Consultorio Ético de la Fundación Gabo
20 de Septiembre de 2016

Consultorio Ético de la Fundación Gabo

¿Afecta la televisión el desarrollo de los niños? Es ético lo que obedece a la naturaleza del ser humano, de las instituciones, de las cosas. Deja de serlo cuando contradice esa naturaleza porque impide su desarrollo y su progreso. La televisión como medio de comunicación obedece a su naturaleza en cuanto comunica lo mejor de los seres humanos y estimula su desarrollo. Esta es una posibilidad que, realizada, convierte a la televisión en un instrumento de humanización y de progreso personal y social. En la historia de la televisión se recuerdan programas y personajes que, al pasar por las pantallas contribuyeron a hacer de los televidentes mejores seres humanos. Es, pues, una posibilidad real. También lo es la posibilidad de que la televisión contribuya a la degradación de las personas, que es lo que ocurre cuando se convierte en el registro diario de todo lo sórdido y perverso que puede haber en los seres humanos. Al hacerlo, puede legitimar lo ilegitimable porque lleva a la conciencia colectiva la idea de que así somos y no podemos ser de otra manera, o de que todos actúan así y, por tanto, es uso aceptado. Además de esa influencia dañina de la televisión está su omnipresencia como entretenimiento de los niños a los que acostumbra al no esfuerzo, al no uso de sus facultades, al ejercicio de ver y oir sin pensar. Daño no atribuible a la televisión misma, sino a sus usuarios que hacen mal uso de ella. Obviamente esta no es la naturaleza de la televisión y por tanto son prácticas alejadas de su uso ético.
Documentación.
Buena parte de la investigación sobre la influencia de la televisión en los niños, encubre una doble paradoja. De un lado, los investigadores se dicen preocupados por los niños, pero en la mayoría de lo que se publica a ese respecto, lo que ocupa el centro no es el mundo infantil, sino el dañino mundo de la televisión; obsesionados con su poder maléfico, los investigadores acaban olvidándose de los niños, o lo que es lo mismo, reduciéndolos a su condición de espectadores de televisión. De otro, muchos de los estudios sobre recepción de televisión han estado, y están aún, dirigidos a corregir el ver de los telespectadores partiendo de las concepciones y prejuicios de quien no ocultan su receloso desprecio hacia ese medio, es decir de quienes no entran a la televisión sino para estudiarla y así educar el ver y el gusto de los que gozan viéndola.
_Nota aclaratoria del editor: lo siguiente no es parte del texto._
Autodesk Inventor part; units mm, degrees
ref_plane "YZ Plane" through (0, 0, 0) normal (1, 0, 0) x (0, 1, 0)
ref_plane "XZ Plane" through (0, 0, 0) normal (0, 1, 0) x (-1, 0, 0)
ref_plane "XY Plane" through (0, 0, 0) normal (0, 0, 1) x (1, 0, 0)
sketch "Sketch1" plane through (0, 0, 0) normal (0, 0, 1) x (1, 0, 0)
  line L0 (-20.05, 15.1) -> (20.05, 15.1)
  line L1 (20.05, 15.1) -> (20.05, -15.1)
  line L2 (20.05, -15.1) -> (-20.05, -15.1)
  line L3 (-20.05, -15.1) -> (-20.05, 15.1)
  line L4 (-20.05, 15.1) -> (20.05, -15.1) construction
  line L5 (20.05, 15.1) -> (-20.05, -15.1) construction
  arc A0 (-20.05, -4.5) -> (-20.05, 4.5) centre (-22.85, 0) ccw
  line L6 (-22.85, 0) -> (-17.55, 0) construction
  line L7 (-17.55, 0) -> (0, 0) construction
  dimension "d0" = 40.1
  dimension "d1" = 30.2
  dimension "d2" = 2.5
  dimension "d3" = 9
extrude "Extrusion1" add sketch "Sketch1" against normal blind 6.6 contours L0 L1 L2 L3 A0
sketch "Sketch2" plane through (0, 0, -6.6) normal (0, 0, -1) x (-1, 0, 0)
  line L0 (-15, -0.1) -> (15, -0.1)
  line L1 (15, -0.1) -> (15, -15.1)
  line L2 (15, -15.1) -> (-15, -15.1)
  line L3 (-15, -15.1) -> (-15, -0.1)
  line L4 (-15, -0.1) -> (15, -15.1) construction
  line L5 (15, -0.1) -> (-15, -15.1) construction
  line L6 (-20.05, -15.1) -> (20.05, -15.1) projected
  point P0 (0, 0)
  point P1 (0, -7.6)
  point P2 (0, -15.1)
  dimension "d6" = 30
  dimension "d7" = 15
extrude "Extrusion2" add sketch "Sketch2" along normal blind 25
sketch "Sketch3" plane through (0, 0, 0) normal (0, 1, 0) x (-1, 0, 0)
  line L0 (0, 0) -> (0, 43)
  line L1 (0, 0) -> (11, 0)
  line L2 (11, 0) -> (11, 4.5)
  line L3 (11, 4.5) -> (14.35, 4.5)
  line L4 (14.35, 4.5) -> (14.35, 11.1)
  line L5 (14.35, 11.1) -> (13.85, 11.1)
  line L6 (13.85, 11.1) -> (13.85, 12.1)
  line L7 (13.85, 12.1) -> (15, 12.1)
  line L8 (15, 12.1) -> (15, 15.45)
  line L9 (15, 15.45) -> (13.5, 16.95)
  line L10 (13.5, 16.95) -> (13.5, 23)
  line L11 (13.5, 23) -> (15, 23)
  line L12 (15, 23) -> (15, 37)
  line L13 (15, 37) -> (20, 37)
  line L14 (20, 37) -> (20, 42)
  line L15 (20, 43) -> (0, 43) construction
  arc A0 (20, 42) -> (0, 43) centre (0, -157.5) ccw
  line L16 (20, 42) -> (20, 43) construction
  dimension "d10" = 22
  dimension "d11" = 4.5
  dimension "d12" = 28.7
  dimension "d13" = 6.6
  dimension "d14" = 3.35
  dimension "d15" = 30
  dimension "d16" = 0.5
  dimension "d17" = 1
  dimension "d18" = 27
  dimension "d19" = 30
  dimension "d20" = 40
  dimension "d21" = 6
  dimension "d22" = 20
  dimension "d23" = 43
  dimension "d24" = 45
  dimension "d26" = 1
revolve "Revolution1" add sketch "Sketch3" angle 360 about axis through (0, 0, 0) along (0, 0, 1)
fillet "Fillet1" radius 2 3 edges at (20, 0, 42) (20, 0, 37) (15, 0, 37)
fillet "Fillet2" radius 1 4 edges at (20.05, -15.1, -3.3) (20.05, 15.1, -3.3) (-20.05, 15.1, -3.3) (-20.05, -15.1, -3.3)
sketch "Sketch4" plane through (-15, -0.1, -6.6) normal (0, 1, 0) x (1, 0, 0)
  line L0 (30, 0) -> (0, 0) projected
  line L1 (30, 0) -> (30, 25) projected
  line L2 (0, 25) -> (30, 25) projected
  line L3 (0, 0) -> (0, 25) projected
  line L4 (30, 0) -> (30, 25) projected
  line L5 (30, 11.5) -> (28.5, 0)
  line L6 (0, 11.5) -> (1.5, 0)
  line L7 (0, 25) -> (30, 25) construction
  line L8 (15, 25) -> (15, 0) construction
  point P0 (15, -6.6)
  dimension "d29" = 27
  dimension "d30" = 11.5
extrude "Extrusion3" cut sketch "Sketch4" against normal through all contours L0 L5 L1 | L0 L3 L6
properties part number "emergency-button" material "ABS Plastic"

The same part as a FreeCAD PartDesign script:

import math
import FreeCAD as App
import Part
import Sketcher
from FreeCAD import Vector
Q = App.Units.Quantity


def edges_at(feature, points):
    """Names of the edges that pass closest to the given points."""
    edges = feature.Shape.Edges
    near = lambda p: min(range(len(edges)), key=lambda i: edges[i].distToShape(Part.Vertex(*p))[0])
    return sorted({f"Edge{near(p) + 1}" for p in points})


def add_polygon(sketch, points):
    """Adds a closed chain of lines whose ends are joined by coincident constraints."""
    first, n = sketch.GeometryCount, len(points)
    for a, b in zip(points, points[1:] + points[:1]):
        sketch.addGeometry(Part.LineSegment(App.Vector(*a, 0), App.Vector(*b, 0)), False)
    for i in range(n):
        sketch.addConstraint(Sketcher.Constraint("Coincident", first + i, 2, first + (i + 1) % n, 1))

doc = App.newDocument("Part")
body = doc.addObject("PartDesign::Body", "Body")

# Sketch on XY plane
sketch1 = body.newObject("Sketcher::SketchObject", "Sketch")
sketch1.AttachmentSupport = (doc.getObject("XY_Plane"), [""])
sketch1.MapMode = "FlatFace"
sketch1.addGeometry(Part.LineSegment(Vector(20, 15, 0), Vector(-20, 15, 0)), False)
sketch1.addGeometry(Part.LineSegment(Vector(-20, 15, 0), Vector(-20, 4, 0)), False)
sketch1.addGeometry(Part.ArcOfCircle(Part.Circle(Vector(-23, 0, 0), Vector(0, 0, 1), 5), math.radians(-58), math.radians(58)), False)
sketch1.addGeometry(Part.LineSegment(Vector(-20, -4, 0), Vector(-20, -15, 0)), False)
sketch1.addGeometry(Part.LineSegment(Vector(-20, -15, 0), Vector(20, -15, 0)), False)
sketch1.addGeometry(Part.LineSegment(Vector(20, -15, 0), Vector(20, 15, 0)), False)
sketch1.addConstraint(Sketcher.Constraint("Coincident", 0, 2, 1, 1))
sketch1.addConstraint(Sketcher.Constraint("Coincident", 1, 2, 2, 2))
sketch1.addConstraint(Sketcher.Constraint("Coincident", 2, 1, 3, 1))
sketch1.addConstraint(Sketcher.Constraint("Coincident", 3, 2, 4, 1))
sketch1.addConstraint(Sketcher.Constraint("Coincident", 4, 2, 5, 1))
sketch1.addConstraint(Sketcher.Constraint("Coincident", 5, 2, 0, 1))
sketch1.addConstraint(Sketcher.Constraint("Horizontal", 0))
sketch1.addConstraint(Sketcher.Constraint("Vertical", 1))
sketch1.addConstraint(Sketcher.Constraint("Vertical", 3))
sketch1.addConstraint(Sketcher.Constraint("Horizontal", 4))
sketch1.addConstraint(Sketcher.Constraint("Vertical", 5))
sketch1.addConstraint(Sketcher.Constraint("Symmetric", 0, 2, 4, 2, -1, 1))
sketch1.addConstraint(Sketcher.Constraint("Symmetric", 1, 2, 2, 1, -1))
sketch1.addConstraint(Sketcher.Constraint("DistanceX", 0, 2, 0, 1, Q("40.1 mm")))
sketch1.addConstraint(Sketcher.Constraint("DistanceY", 5, 1, 5, 2, Q("30.2 mm")))
sketch1.addConstraint(Sketcher.Constraint("DistanceY", 2, 1, 1, 2, Q("9 mm")))
sketch1.addConstraint(Sketcher.Constraint("Radius", 2, Q("5.3 mm")))
pad1 = body.newObject("PartDesign::Pad", "Pad")
pad1.Profile = sketch1
pad1.Length = 6.6
pad1.Reversed = True

# Sketch on XY plane
sketch2 = body.newObject("Sketcher::SketchObject", "Sketch001")
sketch2.AttachmentSupport = (doc.getObject("XY_Plane"), [""])
sketch2.MapMode = "FlatFace"
sketch2.AttachmentOffset = App.Placement(Vector(0, 0, -6.6), App.Rotation())
add_polygon(sketch2, [(-15, 0), (15, 0), (15, -15), (-15, -15)])  # lines 0-3
sketch2.addConstraint(Sketcher.Constraint("Horizontal", 0))
sketch2.addConstraint(Sketcher.Constraint("Vertical", 1))
sketch2.addConstraint(Sketcher.Constraint("Horizontal", 2))
sketch2.addConstraint(Sketcher.Constraint("Vertical", 3))
sketch2.addConstraint(Sketcher.Constraint("DistanceX", 0, 1, 0, 2, Q("30 mm")))
sketch2.addConstraint(Sketcher.Constraint("DistanceY", 1, 2, 1, 1, Q("15 mm")))
sketch2.addConstraint(Sketcher.Constraint("DistanceX", -1, 1, 0, 2, Q("15 mm")))
sketch2.addConstraint(Sketcher.Constraint("DistanceY", 0, 2, -1, 1, Q("0.1 mm")))
pad2 = body.newObject("PartDesign::Pad", "Pad001")
pad2.Profile = sketch2
pad2.Length = 25
pad2.Reversed = True

# Sketch on XZ plane
sketch3 = body.newObject("Sketcher::SketchObject", "Sketch002")
sketch3.AttachmentSupport = (doc.getObject("XZ_Plane"), [""])
sketch3.MapMode = "FlatFace"
sketch3.addGeometry(Part.LineSegment(Vector(0, 43, 0), Vector(0, 0, 0)), False)
sketch3.addGeometry(Part.LineSegment(Vector(0, 0, 0), Vector(-11, 0, 0)), False)
sketch3.addGeometry(Part.LineSegment(Vector(-11, 0, 0), Vector(-11, 4.5, 0)), False)
sketch3.addGeometry(Part.LineSegment(Vector(-11, 4.5, 0), Vector(-14.3, 4.5, 0)), False)
sketch3.addGeometry(Part.LineSegment(Vector(-14.3, 4.5, 0), Vector(-14.3, 11.1, 0)), False)
sketch3.addGeometry(Part.LineSegment(Vector(-14.3, 11.1, 0), Vector(-13.8, 11.1, 0)), False)
sketch3.addGeometry(Part.LineSegment(Vector(-13.8, 11.1, 0), Vector(-13.8, 12.1, 0)), False)
sketch3.addGeometry(Part.LineSegment(Vector(-13.8, 12.1, 0), Vector(-15, 12.1, 0)), False)
sketch3.addGeometry(Part.LineSegment(Vector(-15, 12.1, 0), Vector(-15, 15.4, 0)), False)
sketch3.addGeometry(Part.LineSegment(Vector(-15, 15.4, 0), Vector(-13.5, 16.9, 0)), False)
sketch3.addGeometry(Part.LineSegment(Vector(-13.5, 16.9, 0), Vector(-13.5, 23, 0)), False)
sketch3.addGeometry(Part.LineSegment(Vector(-13.5, 23, 0), Vector(-15, 23, 0)), False)
sketch3.addGeometry(Part.LineSegment(Vector(-15, 23, 0), Vector(-15, 37, 0)), False)
sketch3.addGeometry(Part.LineSegment(Vector(-15, 37, 0), Vector(-20, 37, 0)), False)
sketch3.addGeometry(Part.LineSegment(Vector(-20, 37, 0), Vector(-20, 42, 0)), False)
sketch3.addGeometry(Part.ArcOfCircle(Part.Circle(Vector(0, -157.5, 0), Vector(0, 0, 1), 200.5), math.radians(90), math.radians(95.72)), False)
sketch3.addConstraint(Sketcher.Constraint("Coincident", 0, 2, 1, 1))
sketch3.addConstraint(Sketcher.Constraint("Coincident", 1, 2, 2, 1))
sketch3.addConstraint(Sketcher.Constraint("Coincident", 2, 2, 3, 1))
sketch3.addConstraint(Sketcher.Constraint("Coincident", 3, 2, 4, 1))
sketch3.addConstraint(Sketcher.Constraint("Coincident", 4, 2, 5, 1))
sketch3.addConstraint(Sketcher.Constraint("Coincident", 5, 2, 6, 1))
sketch3.addConstraint(Sketcher.Constraint("Coincident", 6, 2, 7, 1))
sketch3.addConstraint(Sketcher.Constraint("Coincident", 7, 2, 8, 1))
sketch3.addConstraint(Sketcher.Constraint("Coincident", 8, 2, 9, 1))
sketch3.addConstraint(Sketcher.Constraint("Coincident", 9, 2, 10, 1))
sketch3.addConstraint(Sketcher.Constraint("Coincident", 10, 2, 11, 1))
sketch3.addConstraint(Sketcher.Constraint("Coincident", 11, 2, 12, 1))
sketch3.addConstraint(Sketcher.Constraint("Coincident", 12, 2, 13, 1))
sketch3.addConstraint(Sketcher.Constraint("Coincident", 13, 2, 14, 1))
sketch3.addConstraint(Sketcher.Constraint("Coincident", 14, 2, 15, 2))
sketch3.addConstraint(Sketcher.Constraint("Coincident", 15, 1, 0, 1))
sketch3.addConstraint(Sketcher.Constraint("Vertical", 0))
sketch3.addConstraint(Sketcher.Constraint("Horizontal", 1))
sketch3.addConstraint(Sketcher.Constraint("Vertical", 2))
sketch3.addConstraint(Sketcher.Constraint("Horizontal", 3))
sketch3.addConstraint(Sketcher.Constraint("Vertical", 4))
sketch3.addConstraint(Sketcher.Constraint("Horizontal", 5))
sketch3.addConstraint(Sketcher.Constraint("Vertical", 6))
sketch3.addConstraint(Sketcher.Constraint("Horizontal", 7))
sketch3.addConstraint(Sketcher.Constraint("Vertical", 8))
sketch3.addConstraint(Sketcher.Constraint("Vertical", 10))
sketch3.addConstraint(Sketcher.Constraint("Horizontal", 11))
sketch3.addConstraint(Sketcher.Constraint("Vertical", 12))
sketch3.addConstraint(Sketcher.Constraint("Horizontal", 13))
sketch3.addConstraint(Sketcher.Constraint("Vertical", 14))
sketch3.addConstraint(Sketcher.Constraint("Coincident", 0, 2, -1, 1))
sketch3.addConstraint(Sketcher.Constraint("PointOnObject", 15, 3, -2))
sketch3.addConstraint(Sketcher.Constraint("Vertical", 8, 2, 11, 2))
sketch3.addConstraint(Sketcher.Constraint("Equal", 3, 8))
sketch3.addConstraint(Sketcher.Constraint("Equal", 13, 14))
sketch3.addConstraint(Sketcher.Constraint("DistanceY", 0, 2, 0, 1, Q("43 mm")))
sketch3.addConstraint(Sketcher.Constraint("DistanceY", 6, 1, 6, 2, Q("1 mm")))
sketch3.addConstraint(Sketcher.Constraint("Angle", 9, Q("45 deg")))
sketch3.addConstraint(Sketcher.Constraint("DistanceX", 5, 1, 5, 2, Q("0.5 mm")))
sketch3.addConstraint(Sketcher.Constraint("DistanceY", 2, 1, 2, 2, Q("4.5 mm")))
sketch3.addConstraint(Sketcher.Constraint("DistanceY", 4, 1, 4, 2, Q("6.6 mm")))
sketch3.addConstraint(Sketcher.Constraint("DistanceX", 13, 2, -1, 1, Q("20 mm")))
sketch3.addConstraint(Sketcher.Constraint("DistanceY", 12, 2, 15, 1, Q("6 mm")))
sketch3.addConstraint(Sketcher.Constraint("DistanceY", 14, 2, 15, 1, Q("1 mm")))
sketch3.addConstraint(Sketcher.Constraint("DistanceY", 10, 2, 15, 1, Q("20 mm")))
sketch3.addConstraint(Sketcher.Constraint("DistanceX", 3, 2, 3, 1, Q("3.35 mm")))
sketch3.addConstraint(Sketcher.Constraint("DistanceX", 1, 2, 1, 1, Q("11 mm")))
sketch3.addConstraint(Sketcher.Constraint("DistanceX", 11, 2, 11, 1, Q("1.5 mm")))
revolution = body.newObject("PartDesign::Revolution", "Revolution")
revolution.Profile = sketch3
revolution.ReferenceAxis = (sketch3, ["V_Axis"])
revolution.Angle = 360
doc.recompute()

fillet = body.newObject("PartDesign::Fillet", "Fillet")
fillet.Base = (revolution, edges_at(revolution, [(20, 0, 42), (20, 0, 37), (15, 0, 37)]))
fillet.Radius = 2
doc.recompute()

fillet2 = body.newObject("PartDesign::Fillet", "Fillet001")
fillet2.Base = (fillet, edges_at(fillet, [
    (20.05, -15.1, -3.3),
    (20.05, 15.1, -3.3),
    (-20.05, 15.1, -3.3),
    (-20.05, -15.1, -3.3),
]))
fillet2.Radius = 1

# Sketch on XZ plane
sketch4 = body.newObject("Sketcher::SketchObject", "Sketch003")
sketch4.AttachmentSupport = (doc.getObject("XZ_Plane"), [""])
sketch4.MapMode = "FlatFace"
sketch4.AttachmentOffset = App.Placement(Vector(0, 0, 0.1), App.Rotation())
add_polygon(sketch4, [(13.5, -6.6), (15, -6.6), (15, -18.1)])  # lines 0-2
add_polygon(sketch4, [(-15, -6.6), (-13.5, -6.6), (-15, -18.1)])  # lines 3-5
sketch4.addConstraint(Sketcher.Constraint("Horizontal", 0))
sketch4.addConstraint(Sketcher.Constraint("Vertical", 1))
sketch4.addConstraint(Sketcher.Constraint("Horizontal", 3))
sketch4.addConstraint(Sketcher.Constraint("Vertical", 5))
sketch4.addConstraint(Sketcher.Constraint("Symmetric", 2, 2, 3, 2, -2))
sketch4.addConstraint(Sketcher.Constraint("Symmetric", 1, 2, 4, 2, -2))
Contra esa doble trampa proponemos una investigación en la que caracterizar a los niños como audiencias significa asumirlos a la vez como consumidores y como ciudadanos, como sujetos que dedican muchas horas a ver programas de televisión y como actores sociales que elaboran, con ello a representaciones de sí mismos y sobre los demás. De ahí el objetivo explícito y crucial de este estudio sea la exploración de los imaginarios que sobre la familia, el barrio, la ciudad, el país y el mundo se hacen los niños, y del complejo y ambiguo rol que la televisión juega ahí, en el hacerse y deshacerse de las imágenes desde y con las que nuestros niños sueñan el país, sufren y aman la familia, disfrutan y recrean el barrio, temen y habitan la ciudad. Jesús Martín Barbero en Oficio de Cartógrafo, Fondo de Cultura Económica, México, 2002 pp 405, 406.